With the last occurrences I did some further tests what is really happening:
* it is not the case that every network connection breaks, but only one of my three connected ones
* the PPPoE connection was still up and running (could ping in the internet)
* one of my internal connections was running (next internal gateway could be pinged)
* another connection was completely unusable, but without any sign on the one or the other side of the connection (no log entries or similar)
** re-plugging the cable fixes it

In summary my current working thesis is that I may be hit by this bug: https://bugs.freebsd.org/bugzilla/show_bug.cgi?id=279245

Worst case, so to say..

But, if so, I am asking myself what is the trigger and why it only happens with one NIC (all are I226-V).

Has anybody an idea how to go on here?

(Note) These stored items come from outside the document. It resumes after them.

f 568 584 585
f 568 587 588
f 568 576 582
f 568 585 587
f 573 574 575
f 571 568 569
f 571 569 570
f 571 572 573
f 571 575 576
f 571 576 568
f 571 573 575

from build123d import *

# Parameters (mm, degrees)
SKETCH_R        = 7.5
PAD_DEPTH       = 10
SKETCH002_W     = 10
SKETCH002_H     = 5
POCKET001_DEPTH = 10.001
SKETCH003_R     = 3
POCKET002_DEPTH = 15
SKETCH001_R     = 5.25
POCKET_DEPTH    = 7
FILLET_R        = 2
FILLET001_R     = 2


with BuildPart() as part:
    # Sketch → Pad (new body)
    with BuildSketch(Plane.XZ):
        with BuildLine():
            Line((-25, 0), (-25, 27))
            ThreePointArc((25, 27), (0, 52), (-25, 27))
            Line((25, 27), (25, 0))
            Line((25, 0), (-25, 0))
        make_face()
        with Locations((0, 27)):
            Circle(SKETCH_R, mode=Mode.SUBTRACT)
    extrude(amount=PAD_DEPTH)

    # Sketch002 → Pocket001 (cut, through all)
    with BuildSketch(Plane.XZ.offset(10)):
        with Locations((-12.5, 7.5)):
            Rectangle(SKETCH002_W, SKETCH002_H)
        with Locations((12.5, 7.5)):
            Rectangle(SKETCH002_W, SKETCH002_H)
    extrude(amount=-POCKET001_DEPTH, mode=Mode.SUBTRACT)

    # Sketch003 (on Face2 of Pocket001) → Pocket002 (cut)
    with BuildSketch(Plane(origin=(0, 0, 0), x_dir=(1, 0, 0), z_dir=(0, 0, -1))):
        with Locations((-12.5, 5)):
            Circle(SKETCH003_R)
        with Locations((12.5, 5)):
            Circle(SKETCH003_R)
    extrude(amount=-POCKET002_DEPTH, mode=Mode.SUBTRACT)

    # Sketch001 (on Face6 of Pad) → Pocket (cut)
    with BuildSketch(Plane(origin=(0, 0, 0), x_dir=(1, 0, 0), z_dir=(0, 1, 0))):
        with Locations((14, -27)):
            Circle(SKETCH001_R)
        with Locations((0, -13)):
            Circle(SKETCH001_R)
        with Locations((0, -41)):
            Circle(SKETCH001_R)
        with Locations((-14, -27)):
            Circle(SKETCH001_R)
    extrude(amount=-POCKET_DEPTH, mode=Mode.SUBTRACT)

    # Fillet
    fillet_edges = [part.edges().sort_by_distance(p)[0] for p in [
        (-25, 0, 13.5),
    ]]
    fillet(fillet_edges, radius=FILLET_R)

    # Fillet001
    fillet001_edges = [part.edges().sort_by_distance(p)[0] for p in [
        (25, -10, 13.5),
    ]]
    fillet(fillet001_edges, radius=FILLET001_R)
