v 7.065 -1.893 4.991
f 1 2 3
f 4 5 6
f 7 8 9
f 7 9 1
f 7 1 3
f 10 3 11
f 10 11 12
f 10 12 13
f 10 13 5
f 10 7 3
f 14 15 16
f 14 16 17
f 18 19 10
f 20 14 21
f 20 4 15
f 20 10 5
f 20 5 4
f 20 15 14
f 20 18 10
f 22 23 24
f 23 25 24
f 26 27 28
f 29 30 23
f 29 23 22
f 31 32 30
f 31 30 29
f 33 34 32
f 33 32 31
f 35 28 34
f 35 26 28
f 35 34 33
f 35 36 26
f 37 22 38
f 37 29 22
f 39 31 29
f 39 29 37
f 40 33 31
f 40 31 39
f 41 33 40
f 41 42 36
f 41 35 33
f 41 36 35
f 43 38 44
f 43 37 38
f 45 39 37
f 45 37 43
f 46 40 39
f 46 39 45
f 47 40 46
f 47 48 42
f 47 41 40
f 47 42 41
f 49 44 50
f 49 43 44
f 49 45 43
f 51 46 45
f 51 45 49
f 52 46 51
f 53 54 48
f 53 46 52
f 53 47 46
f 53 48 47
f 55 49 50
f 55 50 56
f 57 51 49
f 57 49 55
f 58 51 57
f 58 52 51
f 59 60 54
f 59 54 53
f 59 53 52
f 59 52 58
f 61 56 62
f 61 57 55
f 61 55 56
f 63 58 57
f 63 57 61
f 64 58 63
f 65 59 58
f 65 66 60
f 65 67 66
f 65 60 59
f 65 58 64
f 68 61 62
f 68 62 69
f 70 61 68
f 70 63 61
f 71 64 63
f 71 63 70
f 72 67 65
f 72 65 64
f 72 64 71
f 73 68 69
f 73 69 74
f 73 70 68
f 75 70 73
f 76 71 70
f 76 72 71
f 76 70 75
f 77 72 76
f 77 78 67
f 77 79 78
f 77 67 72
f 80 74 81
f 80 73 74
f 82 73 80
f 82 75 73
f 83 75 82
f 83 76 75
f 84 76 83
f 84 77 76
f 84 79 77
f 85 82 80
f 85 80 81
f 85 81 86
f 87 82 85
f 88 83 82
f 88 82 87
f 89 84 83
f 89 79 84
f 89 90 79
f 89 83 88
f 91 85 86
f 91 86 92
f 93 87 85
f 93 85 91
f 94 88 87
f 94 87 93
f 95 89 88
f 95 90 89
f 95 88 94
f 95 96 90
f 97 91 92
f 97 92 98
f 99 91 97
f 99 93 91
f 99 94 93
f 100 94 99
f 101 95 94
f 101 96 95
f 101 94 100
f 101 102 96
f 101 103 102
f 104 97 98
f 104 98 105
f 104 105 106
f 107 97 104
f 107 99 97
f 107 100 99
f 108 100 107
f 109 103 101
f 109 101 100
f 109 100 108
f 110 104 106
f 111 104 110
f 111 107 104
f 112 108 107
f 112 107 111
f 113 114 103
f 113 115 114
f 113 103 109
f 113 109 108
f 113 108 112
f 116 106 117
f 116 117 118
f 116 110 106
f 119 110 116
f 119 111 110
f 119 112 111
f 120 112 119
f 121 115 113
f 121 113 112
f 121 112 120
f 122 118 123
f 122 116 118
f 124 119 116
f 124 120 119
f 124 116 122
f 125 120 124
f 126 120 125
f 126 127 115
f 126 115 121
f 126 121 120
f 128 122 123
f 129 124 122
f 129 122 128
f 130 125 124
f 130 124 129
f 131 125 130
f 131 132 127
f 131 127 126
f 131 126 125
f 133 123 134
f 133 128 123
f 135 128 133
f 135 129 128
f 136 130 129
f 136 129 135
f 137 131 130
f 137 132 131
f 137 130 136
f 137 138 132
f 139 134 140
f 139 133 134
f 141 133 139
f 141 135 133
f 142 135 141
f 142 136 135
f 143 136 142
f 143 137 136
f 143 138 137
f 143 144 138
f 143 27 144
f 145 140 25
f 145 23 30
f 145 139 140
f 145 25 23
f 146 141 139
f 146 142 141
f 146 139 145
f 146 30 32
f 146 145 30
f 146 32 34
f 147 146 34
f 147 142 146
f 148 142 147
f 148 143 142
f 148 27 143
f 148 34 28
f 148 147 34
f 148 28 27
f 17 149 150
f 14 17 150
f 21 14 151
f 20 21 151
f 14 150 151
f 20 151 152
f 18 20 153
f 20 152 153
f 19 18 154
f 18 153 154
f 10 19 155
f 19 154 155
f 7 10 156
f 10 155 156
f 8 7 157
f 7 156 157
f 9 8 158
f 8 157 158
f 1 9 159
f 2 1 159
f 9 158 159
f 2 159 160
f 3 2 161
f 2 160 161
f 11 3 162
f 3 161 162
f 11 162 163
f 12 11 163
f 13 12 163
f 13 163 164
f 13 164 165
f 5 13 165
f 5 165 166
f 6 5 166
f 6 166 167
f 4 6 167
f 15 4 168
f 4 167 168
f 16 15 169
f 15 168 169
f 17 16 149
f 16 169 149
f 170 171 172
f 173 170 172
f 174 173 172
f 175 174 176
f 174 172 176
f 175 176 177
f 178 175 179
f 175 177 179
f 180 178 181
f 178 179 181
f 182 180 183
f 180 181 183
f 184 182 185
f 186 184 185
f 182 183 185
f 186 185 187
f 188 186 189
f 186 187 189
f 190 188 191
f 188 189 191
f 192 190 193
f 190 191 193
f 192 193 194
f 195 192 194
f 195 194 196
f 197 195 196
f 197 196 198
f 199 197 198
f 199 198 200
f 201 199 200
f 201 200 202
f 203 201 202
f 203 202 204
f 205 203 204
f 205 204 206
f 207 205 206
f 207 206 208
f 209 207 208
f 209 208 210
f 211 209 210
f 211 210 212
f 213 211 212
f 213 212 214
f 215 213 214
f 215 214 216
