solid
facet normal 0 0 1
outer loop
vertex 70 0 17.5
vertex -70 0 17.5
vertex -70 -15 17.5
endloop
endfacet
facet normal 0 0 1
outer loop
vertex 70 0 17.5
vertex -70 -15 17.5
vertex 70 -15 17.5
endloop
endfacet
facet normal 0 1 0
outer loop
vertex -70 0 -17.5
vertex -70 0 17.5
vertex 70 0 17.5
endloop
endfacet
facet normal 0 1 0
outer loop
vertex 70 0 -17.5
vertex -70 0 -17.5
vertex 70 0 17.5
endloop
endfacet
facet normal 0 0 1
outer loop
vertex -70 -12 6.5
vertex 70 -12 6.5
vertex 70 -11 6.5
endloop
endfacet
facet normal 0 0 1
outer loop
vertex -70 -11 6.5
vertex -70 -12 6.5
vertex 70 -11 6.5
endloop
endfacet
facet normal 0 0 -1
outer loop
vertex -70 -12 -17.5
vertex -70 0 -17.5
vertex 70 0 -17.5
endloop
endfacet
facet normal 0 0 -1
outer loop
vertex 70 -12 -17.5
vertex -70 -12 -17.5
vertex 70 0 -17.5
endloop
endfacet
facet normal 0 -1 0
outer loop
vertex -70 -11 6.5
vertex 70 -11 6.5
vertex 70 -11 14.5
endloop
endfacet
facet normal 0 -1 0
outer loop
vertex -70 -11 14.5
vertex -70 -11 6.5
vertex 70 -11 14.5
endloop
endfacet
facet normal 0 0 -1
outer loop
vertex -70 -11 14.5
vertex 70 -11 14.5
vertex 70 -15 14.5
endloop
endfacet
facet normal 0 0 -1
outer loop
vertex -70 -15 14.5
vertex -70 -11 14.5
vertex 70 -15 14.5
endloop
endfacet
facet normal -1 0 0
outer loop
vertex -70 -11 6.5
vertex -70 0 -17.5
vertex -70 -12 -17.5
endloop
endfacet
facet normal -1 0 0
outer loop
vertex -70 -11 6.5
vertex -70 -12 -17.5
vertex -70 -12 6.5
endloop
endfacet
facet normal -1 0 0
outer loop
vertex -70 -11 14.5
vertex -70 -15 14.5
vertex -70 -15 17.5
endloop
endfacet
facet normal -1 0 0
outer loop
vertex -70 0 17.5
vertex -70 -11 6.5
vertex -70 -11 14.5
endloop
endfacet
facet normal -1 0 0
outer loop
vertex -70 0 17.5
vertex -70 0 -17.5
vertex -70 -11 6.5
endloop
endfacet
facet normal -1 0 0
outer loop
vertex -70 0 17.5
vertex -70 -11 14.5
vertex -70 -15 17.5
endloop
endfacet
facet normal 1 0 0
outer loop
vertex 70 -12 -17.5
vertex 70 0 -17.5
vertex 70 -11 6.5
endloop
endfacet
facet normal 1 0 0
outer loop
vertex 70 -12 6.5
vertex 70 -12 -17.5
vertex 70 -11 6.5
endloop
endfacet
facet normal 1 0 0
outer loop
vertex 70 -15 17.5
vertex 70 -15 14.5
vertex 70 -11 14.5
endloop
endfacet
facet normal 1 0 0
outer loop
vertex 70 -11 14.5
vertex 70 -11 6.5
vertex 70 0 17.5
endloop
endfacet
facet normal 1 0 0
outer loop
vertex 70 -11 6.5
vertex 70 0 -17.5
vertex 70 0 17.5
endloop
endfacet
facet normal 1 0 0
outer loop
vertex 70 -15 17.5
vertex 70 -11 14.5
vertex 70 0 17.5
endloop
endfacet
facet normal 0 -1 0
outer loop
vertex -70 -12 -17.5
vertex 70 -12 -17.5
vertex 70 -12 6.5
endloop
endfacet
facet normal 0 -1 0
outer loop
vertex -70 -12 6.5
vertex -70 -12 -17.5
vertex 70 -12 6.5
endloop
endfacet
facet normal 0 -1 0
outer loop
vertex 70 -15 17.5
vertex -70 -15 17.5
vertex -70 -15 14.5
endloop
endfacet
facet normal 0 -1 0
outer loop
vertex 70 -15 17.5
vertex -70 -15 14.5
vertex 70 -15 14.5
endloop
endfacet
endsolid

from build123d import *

# Parameters (mm, degrees)
F0_W     = 140
F0_H     = 35
F1_DEPTH = 15
F3_DEPTH = 140


with BuildPart() as f1:
    # F0 (on Front) → F1 (new body)
    with BuildSketch(Plane.XZ):
        Rectangle(F0_W, F0_H)
    extrude(amount=F1_DEPTH)

    # F2 (on face) → F3 (cut, through all)
    with BuildSketch(Plane.YZ.offset(70)):
        Polygon((-15, 14.5), (-15, -17.5), (-12, -17.5), (-12, 6.5), (-11, 6.5), (-11, 14.5), align=None)
    extrude(amount=-F3_DEPTH, mode=Mode.SUBTRACT)


solid = f1.part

It is really annoying and I have no idea what to do.:-(

Thanks and best regards
Robert

Summary after much more trial and error:
Root cause of the described problem was a Bios setting Active-State Power Management (ASPM). After setting all occurrences to "disabled" the box and especially it's NICs are rock stable.

Downside is a higher energy consumption leading to a hotter heatsink, finally. But I think I kind of "overfixed" the problem by disabling all 9 (!) occurrences of the setting in Bios. Will re-enable them step by step to find the single one causing the problem.

Yes, that fixed it on my Minisforum MS-01, too. Just updated my bug report on FreeBSD bugzilla.
Intel N100, 4 x I226-V, 16 GByte, 256 GByte NVME, ZTE F6005

1100 down / 770 up, Bufferbloat A

Thanks!

Seems I have the exact same problem!

Some more thoughts. In my experience link issues are often broken cables or power management issues. In the past I had similar issues with regular link loss between opnsense (INtel X553) and a fritzbox. After disabling EEE (Energy Efficient Ethernet) the problem was solved.
OPNsense 24.7.11_2-amd64

Small Update on this thread, seems like intel did an upstream fix of the issue related to i-226-x ethernet controllers, watch out for new BIOS versions, my oem (Shuttle) released one in July which resolved ALL issues with stability (NIC's going down etc.).